# 2006 Club Car Precedent



## n2striper (Jul 21, 2007)

Just purchased a like new 06 Club car Precedent golf cart. She is green in color and is very nice. Much better that the old metal body EZ Go we had. If anyone is looking for a nice cart this is the one. I paid $2350 for the cart. The guy has four more just like it and also has some Club Car DS models as well!!! We have been riding around the neighborhood with it. I cant wait to go camping with it.
Bobby


----------



## JerseyGirl86 (Mar 30, 2009)

We have 2 and they were worth every penny! One needs a total overhaul (3 kids ,times 10 friends, add poor judgement and back seat drivers and there you go) and we just got the other off of Craigslist. This one has custom paint, lift kit, bigger wheels, totally insane considering the poor thing was meant to get you from one hole to another on a golf course. We paid $1200 for the first one but it came with a past and serious issues. This one was $2800 but the guy originally wanted $3500. DH gives that more TLC than he does our cars!!!! We really enjoy driving those around whether it's in the field or down to the mailbox. Just be careful and don't pop any wheelies with yours (trust me on that one)....those poor things can only take so much abuse!

Michele


----------



## n2striper (Jul 21, 2007)

They are rated #1. I plan on putting LED headlights,taillights,and strobes all over it. You will see me coming !!! Grote and Trucklite make some BRIGHT White light headlamps!!! 
I will respect my baby!!


----------



## Oregon_Camper (Sep 13, 2004)

Besides the obvious (golf) why do people buy these?


----------



## JerseyGirl86 (Mar 30, 2009)

[quote name='Oregon_Camper' date='Apr 20 2009, 09:51 PM' post='340974']
Besides the obvious (golf) why do people buy these?








[/quote

Because they're fun, of course! And just a handy thing to have. I can't tell you how many times we've taken a "family drive" thru the country...well, at least thru the fields, or used it to haul stuff back and forth in the yard. When the weather is nice I even pick the kids up from the bus stop! (It's a REALLY long walk) My FIL has 26 acres across from us and my kids tear up every bit of it, but much much much more safely than on a 4 wheeler or such. I feel good knowing they are in that because they can't go too fast or flip it over. They can drive their friends around and I don't fear for their safety. It's become an epidemic around here and I can't tell you how many friends and family have them, either battery or gas. Some have lift kits, custom tires and rims, custom paint, lights, stereos, heat and air!!!!!

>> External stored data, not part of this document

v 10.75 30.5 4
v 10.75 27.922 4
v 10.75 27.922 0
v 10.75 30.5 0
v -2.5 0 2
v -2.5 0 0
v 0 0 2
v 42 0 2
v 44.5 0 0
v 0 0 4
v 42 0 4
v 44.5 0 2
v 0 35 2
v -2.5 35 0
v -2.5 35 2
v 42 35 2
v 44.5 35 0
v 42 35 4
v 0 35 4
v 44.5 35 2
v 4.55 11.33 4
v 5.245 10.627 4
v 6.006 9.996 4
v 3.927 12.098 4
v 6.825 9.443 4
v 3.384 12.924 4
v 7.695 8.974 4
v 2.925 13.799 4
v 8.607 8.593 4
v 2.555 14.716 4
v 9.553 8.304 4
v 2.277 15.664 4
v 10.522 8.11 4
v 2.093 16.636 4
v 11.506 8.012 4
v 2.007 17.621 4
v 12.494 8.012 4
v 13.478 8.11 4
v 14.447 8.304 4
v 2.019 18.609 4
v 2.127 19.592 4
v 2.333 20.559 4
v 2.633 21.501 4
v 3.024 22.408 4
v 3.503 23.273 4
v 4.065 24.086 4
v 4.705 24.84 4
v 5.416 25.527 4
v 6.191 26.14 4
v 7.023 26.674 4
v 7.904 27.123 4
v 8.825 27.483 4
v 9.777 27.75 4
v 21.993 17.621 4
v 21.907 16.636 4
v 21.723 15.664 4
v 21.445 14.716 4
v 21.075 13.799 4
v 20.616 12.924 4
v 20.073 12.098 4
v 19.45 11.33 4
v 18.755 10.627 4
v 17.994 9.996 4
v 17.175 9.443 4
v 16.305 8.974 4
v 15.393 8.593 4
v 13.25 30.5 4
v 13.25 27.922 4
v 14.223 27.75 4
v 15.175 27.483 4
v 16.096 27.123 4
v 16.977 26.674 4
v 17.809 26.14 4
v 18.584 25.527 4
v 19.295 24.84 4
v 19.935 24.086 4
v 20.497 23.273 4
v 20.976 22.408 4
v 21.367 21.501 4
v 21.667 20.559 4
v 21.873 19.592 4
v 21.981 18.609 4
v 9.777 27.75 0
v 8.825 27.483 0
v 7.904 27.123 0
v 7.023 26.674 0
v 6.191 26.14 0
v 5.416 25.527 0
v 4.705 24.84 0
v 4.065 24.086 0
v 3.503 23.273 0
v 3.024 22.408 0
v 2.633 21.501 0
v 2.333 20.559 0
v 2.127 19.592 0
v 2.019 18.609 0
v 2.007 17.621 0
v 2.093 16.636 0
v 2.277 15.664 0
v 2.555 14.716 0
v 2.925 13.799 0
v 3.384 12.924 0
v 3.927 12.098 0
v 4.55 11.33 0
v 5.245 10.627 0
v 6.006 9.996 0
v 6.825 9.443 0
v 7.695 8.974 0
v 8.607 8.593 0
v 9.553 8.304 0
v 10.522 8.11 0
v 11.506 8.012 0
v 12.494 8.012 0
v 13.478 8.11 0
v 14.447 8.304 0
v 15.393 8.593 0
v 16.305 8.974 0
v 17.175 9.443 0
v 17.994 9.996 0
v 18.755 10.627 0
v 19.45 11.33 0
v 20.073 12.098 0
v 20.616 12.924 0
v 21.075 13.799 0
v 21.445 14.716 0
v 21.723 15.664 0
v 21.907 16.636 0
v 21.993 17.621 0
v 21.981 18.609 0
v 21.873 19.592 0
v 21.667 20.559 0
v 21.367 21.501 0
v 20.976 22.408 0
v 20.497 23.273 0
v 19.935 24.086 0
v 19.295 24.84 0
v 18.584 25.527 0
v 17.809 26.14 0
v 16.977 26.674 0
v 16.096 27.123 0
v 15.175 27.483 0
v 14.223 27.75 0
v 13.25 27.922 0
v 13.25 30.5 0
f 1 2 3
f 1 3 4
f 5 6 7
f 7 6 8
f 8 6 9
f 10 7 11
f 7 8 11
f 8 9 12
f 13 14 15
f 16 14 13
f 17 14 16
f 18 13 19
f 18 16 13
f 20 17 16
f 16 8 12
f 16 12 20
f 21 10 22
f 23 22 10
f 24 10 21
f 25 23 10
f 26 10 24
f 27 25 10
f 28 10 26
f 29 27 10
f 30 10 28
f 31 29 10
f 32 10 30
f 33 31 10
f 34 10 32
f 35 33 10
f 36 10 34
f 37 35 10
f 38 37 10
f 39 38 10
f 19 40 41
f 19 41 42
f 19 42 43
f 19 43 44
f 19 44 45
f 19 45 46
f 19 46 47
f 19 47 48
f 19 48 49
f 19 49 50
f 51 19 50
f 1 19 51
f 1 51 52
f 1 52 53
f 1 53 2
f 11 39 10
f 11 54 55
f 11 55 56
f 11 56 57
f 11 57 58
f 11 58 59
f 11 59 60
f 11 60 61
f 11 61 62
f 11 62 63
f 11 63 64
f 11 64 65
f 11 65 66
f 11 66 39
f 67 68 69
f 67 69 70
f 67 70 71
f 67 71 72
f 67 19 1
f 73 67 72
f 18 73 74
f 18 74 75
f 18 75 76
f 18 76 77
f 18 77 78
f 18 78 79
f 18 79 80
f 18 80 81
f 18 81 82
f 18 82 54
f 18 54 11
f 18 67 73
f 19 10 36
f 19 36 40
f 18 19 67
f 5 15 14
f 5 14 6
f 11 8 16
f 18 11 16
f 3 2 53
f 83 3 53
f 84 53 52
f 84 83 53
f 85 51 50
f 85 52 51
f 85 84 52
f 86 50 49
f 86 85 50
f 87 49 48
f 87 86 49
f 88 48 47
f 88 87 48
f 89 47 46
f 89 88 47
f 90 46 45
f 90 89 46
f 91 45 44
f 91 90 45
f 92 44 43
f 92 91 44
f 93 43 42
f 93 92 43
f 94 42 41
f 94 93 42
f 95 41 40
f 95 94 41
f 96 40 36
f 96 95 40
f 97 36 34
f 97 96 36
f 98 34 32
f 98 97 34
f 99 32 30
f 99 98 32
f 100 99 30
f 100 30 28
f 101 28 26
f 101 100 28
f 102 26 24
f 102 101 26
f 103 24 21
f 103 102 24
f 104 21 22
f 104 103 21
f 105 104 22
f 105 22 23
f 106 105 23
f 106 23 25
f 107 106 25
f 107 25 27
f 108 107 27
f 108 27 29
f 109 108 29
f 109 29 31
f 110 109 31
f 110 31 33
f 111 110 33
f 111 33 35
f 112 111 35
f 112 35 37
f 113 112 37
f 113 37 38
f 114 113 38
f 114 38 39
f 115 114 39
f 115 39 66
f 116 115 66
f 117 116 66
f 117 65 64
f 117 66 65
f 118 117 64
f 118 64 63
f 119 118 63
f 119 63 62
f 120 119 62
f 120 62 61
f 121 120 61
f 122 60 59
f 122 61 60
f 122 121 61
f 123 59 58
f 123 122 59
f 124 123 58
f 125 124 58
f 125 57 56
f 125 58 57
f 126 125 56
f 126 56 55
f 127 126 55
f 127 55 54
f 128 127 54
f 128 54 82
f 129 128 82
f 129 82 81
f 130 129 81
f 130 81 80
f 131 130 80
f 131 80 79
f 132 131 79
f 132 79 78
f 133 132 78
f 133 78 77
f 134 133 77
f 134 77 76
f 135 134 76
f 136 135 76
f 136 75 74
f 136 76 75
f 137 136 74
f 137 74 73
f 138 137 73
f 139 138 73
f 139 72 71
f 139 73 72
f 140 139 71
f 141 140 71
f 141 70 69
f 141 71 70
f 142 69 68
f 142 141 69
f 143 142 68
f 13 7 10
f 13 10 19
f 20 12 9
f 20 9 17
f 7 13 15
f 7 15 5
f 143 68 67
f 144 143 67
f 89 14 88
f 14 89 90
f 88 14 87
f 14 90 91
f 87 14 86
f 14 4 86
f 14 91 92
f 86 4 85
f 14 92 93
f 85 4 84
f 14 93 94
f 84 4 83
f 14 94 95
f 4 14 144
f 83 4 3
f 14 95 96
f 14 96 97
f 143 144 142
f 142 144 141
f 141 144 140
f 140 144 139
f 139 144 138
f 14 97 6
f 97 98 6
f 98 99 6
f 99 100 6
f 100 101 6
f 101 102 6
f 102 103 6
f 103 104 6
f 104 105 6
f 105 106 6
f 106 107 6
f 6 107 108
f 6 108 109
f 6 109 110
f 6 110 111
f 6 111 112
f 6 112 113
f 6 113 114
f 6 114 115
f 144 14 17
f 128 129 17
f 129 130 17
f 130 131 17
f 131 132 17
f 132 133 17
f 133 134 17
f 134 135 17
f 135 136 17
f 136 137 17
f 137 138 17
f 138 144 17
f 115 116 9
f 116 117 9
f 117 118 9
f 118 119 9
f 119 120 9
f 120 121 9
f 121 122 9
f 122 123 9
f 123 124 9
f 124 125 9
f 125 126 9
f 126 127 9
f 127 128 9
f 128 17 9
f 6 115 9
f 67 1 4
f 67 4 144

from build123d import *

# Parameters (mm, degrees)
SKETCH_W     = 42
SKETCH_H     = 35
SKETCH_R     = 10
PAD_DEPTH    = 4
SKETCH001_W  = 2.5
SKETCH001_H  = 6
POCKET_DEPTH = 5
SKETCH002_W  = 35
SKETCH002_H  = 2
PAD001_DEPTH = 2.5
SKETCH003_W  = 35
SKETCH003_H  = 2
PAD002_DEPTH = 2.5


with BuildPart() as part:
    # Sketch → Pad (new body)
    with BuildSketch(Plane.XY):
        with Locations((21, 17.5)):
            Rectangle(SKETCH_W, SKETCH_H)
        with Locations((12, 18)):
            Circle(SKETCH_R, mode=Mode.SUBTRACT)
    extrude(amount=PAD_DEPTH)

    # Sketch001 (on Face7 of Pad) → Pocket (cut)
    with BuildSketch(Plane.XY.offset(4)):
        with Locations((12, 27.5)):
            Rectangle(SKETCH001_W, SKETCH001_H)
    extrude(amount=-POCKET_DEPTH, mode=Mode.SUBTRACT)

    # Sketch002 (on Face3 of Pocket) → Pad001 (join)
    with BuildSketch(Plane.YZ.offset(42)):
        with Locations((17.5, 1)):
            Rectangle(SKETCH002_W, SKETCH002_H)
    extrude(amount=PAD001_DEPTH)

    # Sketch003 (on Face2 of Pad001) → Pad002 (join)
    with BuildSketch(Plane(origin=(0, 0, 0), x_dir=(0, -1, 0), z_dir=(-1, 0, 0))):
        with Locations((-17.5, 1)):
            Rectangle(SKETCH003_W, SKETCH003_H)
    extrude(amount=PAD002_DEPTH)


solid = part.part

Like I said, we love ours and have enjoyed both of them. It's the cheap Jersey version of a Gator or Mule...LOL. You have no idea what you're missing!

And besides, wouldn't I look a little silly riding shotgun on a 4 wheeler?!?!?!


----------



## battalionchief3 (Jun 27, 2006)

See here on the right coast it seems golf carts are everywhere at campgrounds. Sometimes they actually have parades. Yes, parades. My neighbor has one and he drives it up the street to visit the other guy who lives on the road. Their are only 4 of us on the road, guess he hates to walk.


----------



## TitanFlyer (Feb 5, 2009)

I really never thought I would be interested in a golf cart, but now that I am at a seasonal site in a campground that is HUGE with lots of hills, I understand the desire to own one. They are absolutely everywhere and even a lot of the weekend campers we saw coming in had them in the bed of their trucks. The campground has a cool ramp set up to get them on and off of the trucks. I am now watching craigslist for a cheap one that somebody has finished using.


----------



## Oregon_Camper (Sep 13, 2004)

battalionchief3 said:


> See here on the right coast it seems golf carts are everywhere at campgrounds. Sometimes they actually have parades. Yes, parades. My neighbor has one and he drives it up the street to visit the other guy who lives on the road. Their are only 4 of us on the road, guess he hates to walk.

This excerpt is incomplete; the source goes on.